_ASSIGNED TASK:_ After locating the line that contains "f 144 145 143" in the data below, set down exactly that line and each one after it through the line that contains "f 145 151 148", and nothing more.

● ● ● ●

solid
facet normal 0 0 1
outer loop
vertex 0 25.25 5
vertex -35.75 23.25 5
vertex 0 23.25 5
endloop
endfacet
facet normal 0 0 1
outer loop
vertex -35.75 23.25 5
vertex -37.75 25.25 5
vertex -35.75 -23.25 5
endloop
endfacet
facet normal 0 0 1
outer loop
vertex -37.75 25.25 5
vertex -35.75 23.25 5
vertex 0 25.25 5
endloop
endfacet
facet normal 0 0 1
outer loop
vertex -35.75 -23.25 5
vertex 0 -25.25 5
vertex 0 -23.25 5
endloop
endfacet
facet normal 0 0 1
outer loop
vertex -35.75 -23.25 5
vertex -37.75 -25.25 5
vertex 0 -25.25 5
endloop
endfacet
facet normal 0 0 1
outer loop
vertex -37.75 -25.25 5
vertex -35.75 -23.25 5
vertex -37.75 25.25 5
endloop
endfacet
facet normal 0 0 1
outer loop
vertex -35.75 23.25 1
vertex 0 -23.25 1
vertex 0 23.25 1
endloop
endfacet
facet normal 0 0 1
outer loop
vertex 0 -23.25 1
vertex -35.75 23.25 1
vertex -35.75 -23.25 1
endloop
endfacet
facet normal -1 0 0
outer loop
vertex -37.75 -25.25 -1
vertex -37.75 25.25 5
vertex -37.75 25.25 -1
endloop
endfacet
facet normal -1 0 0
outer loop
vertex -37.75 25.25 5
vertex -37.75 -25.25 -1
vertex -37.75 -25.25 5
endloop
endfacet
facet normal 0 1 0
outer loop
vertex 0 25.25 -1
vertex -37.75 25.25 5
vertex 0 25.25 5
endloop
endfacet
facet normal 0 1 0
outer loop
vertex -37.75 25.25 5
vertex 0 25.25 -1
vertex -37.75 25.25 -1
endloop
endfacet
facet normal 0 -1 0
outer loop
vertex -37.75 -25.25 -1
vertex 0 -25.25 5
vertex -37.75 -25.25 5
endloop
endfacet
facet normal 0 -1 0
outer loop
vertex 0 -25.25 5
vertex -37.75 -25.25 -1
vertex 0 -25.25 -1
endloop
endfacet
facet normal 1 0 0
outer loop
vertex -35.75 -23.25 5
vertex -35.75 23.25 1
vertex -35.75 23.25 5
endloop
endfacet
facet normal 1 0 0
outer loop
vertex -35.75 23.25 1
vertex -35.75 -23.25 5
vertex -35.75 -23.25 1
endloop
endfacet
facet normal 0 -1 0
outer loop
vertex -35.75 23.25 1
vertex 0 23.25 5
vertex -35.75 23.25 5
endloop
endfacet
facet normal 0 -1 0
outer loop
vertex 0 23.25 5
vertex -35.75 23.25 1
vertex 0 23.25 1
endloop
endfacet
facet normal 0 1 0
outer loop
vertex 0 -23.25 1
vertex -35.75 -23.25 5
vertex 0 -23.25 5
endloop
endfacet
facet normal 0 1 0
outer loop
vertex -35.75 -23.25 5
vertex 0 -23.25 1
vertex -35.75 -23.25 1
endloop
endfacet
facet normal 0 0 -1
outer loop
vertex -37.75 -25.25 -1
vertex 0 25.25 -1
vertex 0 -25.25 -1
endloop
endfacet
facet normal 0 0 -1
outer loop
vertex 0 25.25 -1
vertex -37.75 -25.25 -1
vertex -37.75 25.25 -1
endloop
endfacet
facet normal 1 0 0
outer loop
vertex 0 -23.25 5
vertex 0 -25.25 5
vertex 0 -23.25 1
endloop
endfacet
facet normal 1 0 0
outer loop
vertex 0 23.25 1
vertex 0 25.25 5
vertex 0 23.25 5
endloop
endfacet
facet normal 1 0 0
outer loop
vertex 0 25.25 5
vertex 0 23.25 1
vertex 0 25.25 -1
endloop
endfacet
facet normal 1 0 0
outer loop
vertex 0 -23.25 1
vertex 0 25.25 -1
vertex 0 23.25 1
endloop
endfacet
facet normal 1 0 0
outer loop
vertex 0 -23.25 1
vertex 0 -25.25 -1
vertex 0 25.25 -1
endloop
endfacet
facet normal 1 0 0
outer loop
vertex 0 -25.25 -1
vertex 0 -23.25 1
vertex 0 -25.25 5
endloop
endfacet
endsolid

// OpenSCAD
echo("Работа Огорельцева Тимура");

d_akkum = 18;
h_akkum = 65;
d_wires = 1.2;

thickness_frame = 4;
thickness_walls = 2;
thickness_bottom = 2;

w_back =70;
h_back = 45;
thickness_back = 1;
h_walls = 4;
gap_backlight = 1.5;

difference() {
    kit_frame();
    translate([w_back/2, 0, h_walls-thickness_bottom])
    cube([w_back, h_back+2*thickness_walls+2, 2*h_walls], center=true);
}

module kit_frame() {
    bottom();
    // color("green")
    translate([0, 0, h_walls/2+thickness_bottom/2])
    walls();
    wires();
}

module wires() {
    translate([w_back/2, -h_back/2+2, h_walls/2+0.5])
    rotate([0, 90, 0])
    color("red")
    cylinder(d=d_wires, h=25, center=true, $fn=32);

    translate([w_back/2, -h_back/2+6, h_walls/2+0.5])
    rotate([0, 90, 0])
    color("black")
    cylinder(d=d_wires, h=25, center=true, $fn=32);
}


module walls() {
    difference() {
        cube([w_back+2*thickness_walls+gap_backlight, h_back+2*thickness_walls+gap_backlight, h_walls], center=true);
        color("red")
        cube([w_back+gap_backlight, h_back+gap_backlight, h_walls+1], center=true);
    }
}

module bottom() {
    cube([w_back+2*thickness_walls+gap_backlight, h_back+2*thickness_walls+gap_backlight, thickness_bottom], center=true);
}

● ● ● ●

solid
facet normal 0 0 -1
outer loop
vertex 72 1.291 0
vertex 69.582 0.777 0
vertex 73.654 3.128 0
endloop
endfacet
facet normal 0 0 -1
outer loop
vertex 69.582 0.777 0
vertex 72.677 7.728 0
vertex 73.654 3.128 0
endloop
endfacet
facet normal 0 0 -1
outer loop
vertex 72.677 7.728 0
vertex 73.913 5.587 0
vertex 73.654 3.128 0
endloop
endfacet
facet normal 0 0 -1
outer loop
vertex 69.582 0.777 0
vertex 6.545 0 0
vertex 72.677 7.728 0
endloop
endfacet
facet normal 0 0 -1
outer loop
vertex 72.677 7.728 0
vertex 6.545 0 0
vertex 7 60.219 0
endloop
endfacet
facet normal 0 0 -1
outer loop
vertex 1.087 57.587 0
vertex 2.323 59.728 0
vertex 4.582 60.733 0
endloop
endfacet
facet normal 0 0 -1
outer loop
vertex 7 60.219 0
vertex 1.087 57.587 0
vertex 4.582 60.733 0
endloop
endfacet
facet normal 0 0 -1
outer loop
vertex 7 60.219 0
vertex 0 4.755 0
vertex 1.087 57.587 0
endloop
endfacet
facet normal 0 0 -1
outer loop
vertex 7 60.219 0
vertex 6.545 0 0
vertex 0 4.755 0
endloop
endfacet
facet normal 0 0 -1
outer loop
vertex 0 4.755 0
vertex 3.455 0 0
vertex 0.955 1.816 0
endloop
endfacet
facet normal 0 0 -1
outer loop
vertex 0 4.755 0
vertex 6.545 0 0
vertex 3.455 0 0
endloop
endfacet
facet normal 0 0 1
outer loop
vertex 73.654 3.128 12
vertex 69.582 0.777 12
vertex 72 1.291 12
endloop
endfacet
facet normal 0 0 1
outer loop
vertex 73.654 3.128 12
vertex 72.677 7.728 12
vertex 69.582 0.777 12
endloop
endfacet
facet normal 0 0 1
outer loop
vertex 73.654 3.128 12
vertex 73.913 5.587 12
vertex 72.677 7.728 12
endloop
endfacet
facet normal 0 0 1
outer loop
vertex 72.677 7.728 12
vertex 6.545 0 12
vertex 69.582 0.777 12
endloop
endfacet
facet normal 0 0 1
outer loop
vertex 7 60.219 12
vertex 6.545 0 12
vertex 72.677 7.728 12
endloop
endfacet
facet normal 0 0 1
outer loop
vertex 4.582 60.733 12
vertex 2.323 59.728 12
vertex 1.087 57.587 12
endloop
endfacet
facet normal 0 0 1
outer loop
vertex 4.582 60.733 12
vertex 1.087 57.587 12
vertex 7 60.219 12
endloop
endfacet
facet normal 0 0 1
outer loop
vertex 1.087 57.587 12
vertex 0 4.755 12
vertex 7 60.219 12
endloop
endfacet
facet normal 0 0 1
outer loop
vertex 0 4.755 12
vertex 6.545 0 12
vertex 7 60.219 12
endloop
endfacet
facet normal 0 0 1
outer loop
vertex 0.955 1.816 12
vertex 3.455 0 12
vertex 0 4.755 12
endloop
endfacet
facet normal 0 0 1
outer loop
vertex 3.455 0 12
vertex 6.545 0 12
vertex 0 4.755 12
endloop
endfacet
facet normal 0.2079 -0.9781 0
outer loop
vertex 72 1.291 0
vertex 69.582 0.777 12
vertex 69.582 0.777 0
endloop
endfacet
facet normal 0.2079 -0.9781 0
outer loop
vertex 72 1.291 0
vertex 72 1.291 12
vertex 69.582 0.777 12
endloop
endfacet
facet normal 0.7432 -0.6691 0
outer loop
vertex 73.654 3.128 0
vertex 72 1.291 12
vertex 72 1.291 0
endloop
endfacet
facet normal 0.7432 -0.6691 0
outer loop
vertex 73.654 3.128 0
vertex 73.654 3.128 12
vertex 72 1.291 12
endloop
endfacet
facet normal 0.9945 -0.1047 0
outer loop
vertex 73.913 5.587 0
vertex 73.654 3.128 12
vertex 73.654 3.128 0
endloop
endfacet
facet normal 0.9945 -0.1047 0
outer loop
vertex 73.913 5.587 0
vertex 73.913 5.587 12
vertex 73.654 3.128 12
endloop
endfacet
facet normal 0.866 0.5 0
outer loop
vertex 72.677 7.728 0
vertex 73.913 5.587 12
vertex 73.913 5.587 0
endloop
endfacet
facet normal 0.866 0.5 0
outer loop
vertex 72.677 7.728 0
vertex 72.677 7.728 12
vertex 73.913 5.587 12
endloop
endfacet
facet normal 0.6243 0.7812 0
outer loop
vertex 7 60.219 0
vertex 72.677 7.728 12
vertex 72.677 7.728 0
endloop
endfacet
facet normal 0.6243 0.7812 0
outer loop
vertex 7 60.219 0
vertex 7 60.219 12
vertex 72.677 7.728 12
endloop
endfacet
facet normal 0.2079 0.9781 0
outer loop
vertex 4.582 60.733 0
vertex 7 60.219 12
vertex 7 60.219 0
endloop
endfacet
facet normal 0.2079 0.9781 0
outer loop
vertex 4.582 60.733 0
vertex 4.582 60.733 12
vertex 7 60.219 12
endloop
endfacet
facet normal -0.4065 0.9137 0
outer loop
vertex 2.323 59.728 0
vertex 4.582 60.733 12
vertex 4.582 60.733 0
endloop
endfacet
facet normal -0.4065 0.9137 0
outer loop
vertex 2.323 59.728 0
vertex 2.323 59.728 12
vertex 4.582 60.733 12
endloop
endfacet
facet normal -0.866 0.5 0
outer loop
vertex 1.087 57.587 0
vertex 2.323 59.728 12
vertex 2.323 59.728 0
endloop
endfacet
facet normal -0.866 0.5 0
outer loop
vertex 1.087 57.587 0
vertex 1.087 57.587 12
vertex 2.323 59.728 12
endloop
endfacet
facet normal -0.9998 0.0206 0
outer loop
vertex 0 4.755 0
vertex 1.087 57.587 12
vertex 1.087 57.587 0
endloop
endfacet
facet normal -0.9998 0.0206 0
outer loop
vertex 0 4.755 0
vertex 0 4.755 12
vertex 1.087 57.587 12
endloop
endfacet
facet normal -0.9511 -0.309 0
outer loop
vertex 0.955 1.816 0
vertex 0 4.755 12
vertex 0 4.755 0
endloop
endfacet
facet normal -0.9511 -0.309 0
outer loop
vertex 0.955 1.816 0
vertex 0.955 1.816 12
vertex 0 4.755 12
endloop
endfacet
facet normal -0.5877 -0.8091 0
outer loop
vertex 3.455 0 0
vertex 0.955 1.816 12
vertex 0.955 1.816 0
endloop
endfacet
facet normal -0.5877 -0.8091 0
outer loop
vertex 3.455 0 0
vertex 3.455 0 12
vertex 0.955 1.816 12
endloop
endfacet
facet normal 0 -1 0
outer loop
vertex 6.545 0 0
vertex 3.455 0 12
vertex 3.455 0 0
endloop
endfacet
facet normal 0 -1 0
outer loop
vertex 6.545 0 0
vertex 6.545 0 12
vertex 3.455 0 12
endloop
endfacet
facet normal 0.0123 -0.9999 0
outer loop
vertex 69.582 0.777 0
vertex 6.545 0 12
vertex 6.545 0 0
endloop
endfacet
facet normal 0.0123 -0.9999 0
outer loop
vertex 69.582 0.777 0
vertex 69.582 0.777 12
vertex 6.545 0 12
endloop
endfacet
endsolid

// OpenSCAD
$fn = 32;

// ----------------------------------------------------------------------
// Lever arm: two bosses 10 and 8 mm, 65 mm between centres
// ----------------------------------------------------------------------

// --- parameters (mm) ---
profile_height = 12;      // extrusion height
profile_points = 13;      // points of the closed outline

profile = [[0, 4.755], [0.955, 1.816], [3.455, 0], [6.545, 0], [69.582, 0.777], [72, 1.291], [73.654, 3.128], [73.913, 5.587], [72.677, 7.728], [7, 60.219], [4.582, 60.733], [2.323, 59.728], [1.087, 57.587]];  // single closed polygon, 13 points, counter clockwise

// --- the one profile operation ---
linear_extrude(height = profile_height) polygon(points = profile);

● ● ● ●

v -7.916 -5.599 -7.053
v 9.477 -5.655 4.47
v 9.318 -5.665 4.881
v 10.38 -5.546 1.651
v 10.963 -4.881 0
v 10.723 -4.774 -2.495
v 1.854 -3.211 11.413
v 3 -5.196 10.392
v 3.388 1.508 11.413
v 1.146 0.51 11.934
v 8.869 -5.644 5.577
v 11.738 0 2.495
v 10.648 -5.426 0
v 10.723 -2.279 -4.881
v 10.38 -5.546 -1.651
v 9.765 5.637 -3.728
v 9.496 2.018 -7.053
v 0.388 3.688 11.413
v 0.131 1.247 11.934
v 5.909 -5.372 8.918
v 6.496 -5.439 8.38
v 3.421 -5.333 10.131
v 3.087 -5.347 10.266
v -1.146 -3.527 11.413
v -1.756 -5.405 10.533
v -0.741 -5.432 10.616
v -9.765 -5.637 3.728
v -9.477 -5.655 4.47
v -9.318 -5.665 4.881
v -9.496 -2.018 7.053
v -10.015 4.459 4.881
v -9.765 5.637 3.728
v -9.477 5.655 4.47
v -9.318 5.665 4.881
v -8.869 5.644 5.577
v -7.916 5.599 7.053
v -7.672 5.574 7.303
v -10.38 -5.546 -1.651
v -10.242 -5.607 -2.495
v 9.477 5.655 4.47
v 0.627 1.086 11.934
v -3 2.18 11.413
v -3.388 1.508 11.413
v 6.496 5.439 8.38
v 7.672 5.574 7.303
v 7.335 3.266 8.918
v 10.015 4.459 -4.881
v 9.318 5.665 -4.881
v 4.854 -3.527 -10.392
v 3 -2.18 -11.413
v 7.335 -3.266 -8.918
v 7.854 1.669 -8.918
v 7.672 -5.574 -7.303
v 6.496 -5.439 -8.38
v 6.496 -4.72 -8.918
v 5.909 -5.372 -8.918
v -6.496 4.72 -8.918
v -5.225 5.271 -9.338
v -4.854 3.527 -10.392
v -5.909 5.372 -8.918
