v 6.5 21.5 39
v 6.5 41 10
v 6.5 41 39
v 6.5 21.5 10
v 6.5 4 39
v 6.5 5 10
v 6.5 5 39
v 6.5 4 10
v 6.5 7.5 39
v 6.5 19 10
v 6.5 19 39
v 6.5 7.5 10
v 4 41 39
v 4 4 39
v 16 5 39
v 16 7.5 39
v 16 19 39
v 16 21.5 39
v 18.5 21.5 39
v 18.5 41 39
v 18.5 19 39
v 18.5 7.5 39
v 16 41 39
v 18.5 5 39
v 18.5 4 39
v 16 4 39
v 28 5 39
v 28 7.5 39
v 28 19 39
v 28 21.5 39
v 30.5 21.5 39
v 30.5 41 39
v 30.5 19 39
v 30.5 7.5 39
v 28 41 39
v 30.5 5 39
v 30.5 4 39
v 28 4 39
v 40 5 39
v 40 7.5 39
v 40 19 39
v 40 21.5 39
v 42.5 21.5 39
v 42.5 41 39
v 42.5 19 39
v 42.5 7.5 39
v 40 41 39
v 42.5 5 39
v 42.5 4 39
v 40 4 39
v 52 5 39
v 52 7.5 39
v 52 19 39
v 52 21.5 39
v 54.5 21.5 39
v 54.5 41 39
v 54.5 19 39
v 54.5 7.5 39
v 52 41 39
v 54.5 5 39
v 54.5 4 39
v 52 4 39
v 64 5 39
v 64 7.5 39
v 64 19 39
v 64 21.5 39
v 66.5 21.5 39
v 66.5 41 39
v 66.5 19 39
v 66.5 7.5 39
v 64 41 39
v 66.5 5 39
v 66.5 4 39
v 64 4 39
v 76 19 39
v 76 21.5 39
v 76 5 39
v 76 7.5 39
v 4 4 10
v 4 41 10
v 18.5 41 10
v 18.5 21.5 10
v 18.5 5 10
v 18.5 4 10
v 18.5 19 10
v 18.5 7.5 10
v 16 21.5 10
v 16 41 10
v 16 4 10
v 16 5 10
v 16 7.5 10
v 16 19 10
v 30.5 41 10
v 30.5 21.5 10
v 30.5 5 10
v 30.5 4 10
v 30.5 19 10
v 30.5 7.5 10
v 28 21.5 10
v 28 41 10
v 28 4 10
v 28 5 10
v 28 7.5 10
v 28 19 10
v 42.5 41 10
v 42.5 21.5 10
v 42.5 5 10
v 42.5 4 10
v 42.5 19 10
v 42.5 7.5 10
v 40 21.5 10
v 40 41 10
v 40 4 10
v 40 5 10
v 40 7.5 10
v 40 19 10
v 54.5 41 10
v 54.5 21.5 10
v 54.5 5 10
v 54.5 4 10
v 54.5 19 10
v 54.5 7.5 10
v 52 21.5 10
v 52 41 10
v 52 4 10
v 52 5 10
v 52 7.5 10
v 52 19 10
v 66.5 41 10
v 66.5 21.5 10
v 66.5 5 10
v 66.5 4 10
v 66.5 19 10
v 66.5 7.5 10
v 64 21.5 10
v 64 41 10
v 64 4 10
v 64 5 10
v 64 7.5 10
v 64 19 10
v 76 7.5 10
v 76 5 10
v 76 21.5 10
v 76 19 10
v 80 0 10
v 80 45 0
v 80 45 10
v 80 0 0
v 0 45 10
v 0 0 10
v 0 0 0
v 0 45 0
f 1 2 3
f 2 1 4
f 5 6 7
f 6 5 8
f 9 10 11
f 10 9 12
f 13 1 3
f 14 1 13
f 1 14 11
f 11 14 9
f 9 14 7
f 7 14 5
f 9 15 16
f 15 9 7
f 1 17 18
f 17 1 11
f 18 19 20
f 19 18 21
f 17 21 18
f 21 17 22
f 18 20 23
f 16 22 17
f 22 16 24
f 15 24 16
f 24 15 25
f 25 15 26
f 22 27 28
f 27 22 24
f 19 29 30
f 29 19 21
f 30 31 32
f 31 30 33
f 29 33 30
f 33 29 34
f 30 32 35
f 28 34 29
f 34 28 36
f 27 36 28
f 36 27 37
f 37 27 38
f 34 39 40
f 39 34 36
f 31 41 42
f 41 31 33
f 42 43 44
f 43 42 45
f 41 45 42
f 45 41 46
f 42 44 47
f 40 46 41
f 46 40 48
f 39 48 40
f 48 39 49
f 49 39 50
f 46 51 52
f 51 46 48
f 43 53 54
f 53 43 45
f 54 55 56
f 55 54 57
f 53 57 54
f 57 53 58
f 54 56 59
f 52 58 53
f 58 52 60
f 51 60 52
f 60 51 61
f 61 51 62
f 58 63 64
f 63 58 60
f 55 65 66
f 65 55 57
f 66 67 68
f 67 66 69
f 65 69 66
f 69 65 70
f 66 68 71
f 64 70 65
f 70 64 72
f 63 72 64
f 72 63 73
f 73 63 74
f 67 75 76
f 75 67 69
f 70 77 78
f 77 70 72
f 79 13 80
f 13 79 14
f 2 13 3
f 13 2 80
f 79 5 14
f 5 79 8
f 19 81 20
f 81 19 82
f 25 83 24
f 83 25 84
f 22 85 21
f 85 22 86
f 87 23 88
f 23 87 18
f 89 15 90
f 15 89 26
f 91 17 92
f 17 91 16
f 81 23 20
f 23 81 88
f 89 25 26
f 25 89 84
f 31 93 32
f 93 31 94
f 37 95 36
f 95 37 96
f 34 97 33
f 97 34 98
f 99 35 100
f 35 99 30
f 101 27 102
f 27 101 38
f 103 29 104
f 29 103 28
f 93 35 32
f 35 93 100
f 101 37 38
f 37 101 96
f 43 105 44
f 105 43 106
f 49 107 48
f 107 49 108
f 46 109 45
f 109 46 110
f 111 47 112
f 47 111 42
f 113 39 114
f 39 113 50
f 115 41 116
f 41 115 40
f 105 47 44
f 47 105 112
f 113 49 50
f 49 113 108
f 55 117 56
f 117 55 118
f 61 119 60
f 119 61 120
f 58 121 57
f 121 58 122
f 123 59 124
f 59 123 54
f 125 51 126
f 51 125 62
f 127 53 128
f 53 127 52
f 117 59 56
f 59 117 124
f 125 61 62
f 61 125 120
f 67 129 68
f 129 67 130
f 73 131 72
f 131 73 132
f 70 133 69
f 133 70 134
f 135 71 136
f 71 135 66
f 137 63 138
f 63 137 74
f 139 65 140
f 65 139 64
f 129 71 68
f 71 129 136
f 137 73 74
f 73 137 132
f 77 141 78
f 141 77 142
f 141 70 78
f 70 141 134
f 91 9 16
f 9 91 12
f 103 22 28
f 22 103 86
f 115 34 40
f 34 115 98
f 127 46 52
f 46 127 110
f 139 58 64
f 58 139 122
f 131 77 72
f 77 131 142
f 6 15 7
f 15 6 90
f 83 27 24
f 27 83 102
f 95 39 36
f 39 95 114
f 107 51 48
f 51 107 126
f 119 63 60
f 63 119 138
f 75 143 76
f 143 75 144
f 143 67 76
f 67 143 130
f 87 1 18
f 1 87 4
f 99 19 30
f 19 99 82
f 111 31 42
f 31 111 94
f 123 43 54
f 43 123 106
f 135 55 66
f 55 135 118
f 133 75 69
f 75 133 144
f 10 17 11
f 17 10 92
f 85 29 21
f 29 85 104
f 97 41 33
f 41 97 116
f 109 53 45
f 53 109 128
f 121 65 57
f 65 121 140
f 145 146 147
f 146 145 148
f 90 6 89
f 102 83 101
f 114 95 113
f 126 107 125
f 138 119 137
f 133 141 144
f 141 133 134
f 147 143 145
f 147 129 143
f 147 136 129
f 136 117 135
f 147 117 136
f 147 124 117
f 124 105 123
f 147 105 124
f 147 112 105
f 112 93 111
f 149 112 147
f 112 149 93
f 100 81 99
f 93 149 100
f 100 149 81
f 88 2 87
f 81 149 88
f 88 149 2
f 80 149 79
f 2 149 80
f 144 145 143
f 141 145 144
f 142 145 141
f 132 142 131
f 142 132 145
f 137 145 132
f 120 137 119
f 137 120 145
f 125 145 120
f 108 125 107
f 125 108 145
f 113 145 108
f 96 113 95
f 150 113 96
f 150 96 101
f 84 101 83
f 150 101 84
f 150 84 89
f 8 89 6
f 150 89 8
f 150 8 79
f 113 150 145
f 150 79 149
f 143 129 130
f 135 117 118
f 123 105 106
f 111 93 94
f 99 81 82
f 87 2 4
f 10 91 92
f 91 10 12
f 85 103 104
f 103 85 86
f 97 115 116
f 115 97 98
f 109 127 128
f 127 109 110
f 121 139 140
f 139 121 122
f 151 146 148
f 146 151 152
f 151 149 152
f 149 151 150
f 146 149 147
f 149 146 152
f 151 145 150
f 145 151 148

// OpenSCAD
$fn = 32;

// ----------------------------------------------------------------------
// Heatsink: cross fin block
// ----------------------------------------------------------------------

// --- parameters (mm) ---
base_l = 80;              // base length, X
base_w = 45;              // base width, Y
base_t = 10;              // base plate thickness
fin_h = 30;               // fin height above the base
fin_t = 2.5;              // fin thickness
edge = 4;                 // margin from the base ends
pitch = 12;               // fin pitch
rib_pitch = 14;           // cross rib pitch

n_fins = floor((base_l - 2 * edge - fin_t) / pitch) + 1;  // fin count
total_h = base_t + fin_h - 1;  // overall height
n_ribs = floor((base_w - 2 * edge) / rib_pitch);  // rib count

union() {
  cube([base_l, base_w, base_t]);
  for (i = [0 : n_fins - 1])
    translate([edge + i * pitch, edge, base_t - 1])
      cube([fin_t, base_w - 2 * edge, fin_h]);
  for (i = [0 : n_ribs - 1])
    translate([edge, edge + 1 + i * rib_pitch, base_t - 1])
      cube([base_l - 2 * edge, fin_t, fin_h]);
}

● ● ● ●

_WRITTEN ANSWER:_
f 144 145 143
f 141 145 144
f 142 145 141
f 132 142 131
f 142 132 145
f 137 145 132
f 120 137 119
f 137 120 145
f 125 145 120
f 108 125 107
f 125 108 145
f 113 145 108
f 96 113 95
f 150 113 96
f 150 96 101
f 84 101 83
f 150 101 84
f 150 84 89
f 8 89 6
f 150 89 8
f 150 8 79
f 113 150 145
f 150 79 149
f 143 129 130
f 135 117 118
f 123 105 106
f 111 93 94
f 99 81 82
f 87 2 4
f 10 91 92
f 91 10 12
f 85 103 104
f 103 85 86
f 97 115 116
f 115 97 98
f 109 127 128
f 127 109 110
f 121 139 140
f 139 121 122
f 151 146 148
f 146 151 152
f 151 149 152
f 149 151 150
f 146 149 147
f 149 146 152
f 151 145 150
f 145 151 148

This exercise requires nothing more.